Sorry it took so long (I was on vacation) but here are the pictures that will hopefully give you a better idea of how I relocated that post. Sorry about the weird focus effects... I started playing with the web based editing software on Google's Picasa.






This picture is a little dark but if you look close you can see that the post is supporting two headers.





This is another shot of the post from the outside. It was the last thing I messed with as far as the door frame goes.





This is a picture of where the two headers split. As you can see, there is nothing directely supporting the header on the right except those metal brackets I nailed to both the left and right headers. The new post has been shifted left under the left header (and to the left of the door - the track is attached to it actually).

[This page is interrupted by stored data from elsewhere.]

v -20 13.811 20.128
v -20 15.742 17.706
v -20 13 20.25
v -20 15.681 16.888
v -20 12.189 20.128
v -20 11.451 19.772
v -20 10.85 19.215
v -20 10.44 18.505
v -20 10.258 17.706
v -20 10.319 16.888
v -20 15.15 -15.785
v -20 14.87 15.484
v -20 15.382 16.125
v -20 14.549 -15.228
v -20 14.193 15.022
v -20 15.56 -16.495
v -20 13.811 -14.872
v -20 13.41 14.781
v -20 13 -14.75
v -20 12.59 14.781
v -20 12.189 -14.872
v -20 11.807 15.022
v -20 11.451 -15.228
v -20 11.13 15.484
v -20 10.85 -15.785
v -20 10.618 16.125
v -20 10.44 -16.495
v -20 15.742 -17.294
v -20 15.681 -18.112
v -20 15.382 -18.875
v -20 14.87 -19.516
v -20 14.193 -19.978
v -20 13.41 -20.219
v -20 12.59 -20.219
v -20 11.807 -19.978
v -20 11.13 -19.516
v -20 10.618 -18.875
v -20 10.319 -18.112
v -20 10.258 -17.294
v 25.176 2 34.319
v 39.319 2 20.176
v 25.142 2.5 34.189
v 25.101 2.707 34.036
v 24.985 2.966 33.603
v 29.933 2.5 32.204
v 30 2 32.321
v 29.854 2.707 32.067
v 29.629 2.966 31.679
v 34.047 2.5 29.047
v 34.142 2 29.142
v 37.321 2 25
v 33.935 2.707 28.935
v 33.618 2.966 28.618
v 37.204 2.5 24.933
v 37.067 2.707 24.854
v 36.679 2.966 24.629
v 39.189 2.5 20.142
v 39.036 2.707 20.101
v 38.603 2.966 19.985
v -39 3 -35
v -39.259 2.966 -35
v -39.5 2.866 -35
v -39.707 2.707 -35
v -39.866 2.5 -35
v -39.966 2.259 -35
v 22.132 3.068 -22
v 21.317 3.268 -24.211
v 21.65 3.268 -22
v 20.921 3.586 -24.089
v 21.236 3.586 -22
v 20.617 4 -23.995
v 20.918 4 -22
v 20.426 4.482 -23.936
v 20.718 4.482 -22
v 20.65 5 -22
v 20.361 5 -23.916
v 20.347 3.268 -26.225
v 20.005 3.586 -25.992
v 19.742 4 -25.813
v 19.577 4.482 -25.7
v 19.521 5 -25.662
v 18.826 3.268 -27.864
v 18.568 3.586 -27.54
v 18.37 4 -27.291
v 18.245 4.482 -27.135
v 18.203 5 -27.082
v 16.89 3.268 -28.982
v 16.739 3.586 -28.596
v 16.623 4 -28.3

I hope that this is easier to understand. I really don't see any immediate problems... Like the garage collapsing overnight or something. I am not a professional so I cannot say with 100% confidence this is good for the long haul. What do you guys think? Should it be alright?


----------



## mustanggarage (Oct 2, 2011)

I am no professional either so take what I say with a grain of salt.  but if I am seeing this correctly it looks like that post was the main support of the ridge line.  when you moved it off center you now have half the weight of the roof being supported by the sheer strength of that metal plate.  if the roof trusses are prefabricated and self supporting it should be fine, but if the weight of the roof is being supported by that header beam with the garage door moving up and down a lot I would be concerned that it is going to sag in that area.  again I am no professional but if I were to do it I would have replaced that header with a longer header so that the splice was still above the support pole.  supporting the roof weight with a temporary support back a foot or so while I replaced it.  it is not a large structure so it may be alright but I don't know.  the rest of the work looks good though.


----------



## Pretengineer (Oct 2, 2011)

You are seeing it right. We share the same concern. I told my step father to keep an eye on it.... If that header starts sagging or the roof does something funny, I'll probably get in there and do what you are saying with a longer header on that one side. Thanks for your input.


----------



## thomask (Nov 3, 2011)

I would suggest building a header the correct length and width out of two 2x 10s nailed together with 1/2 inch plywood in the center to span the opening and rest on the supports on each end of 2x4s and cripple studs. This is probably under fifty dollars in lumber.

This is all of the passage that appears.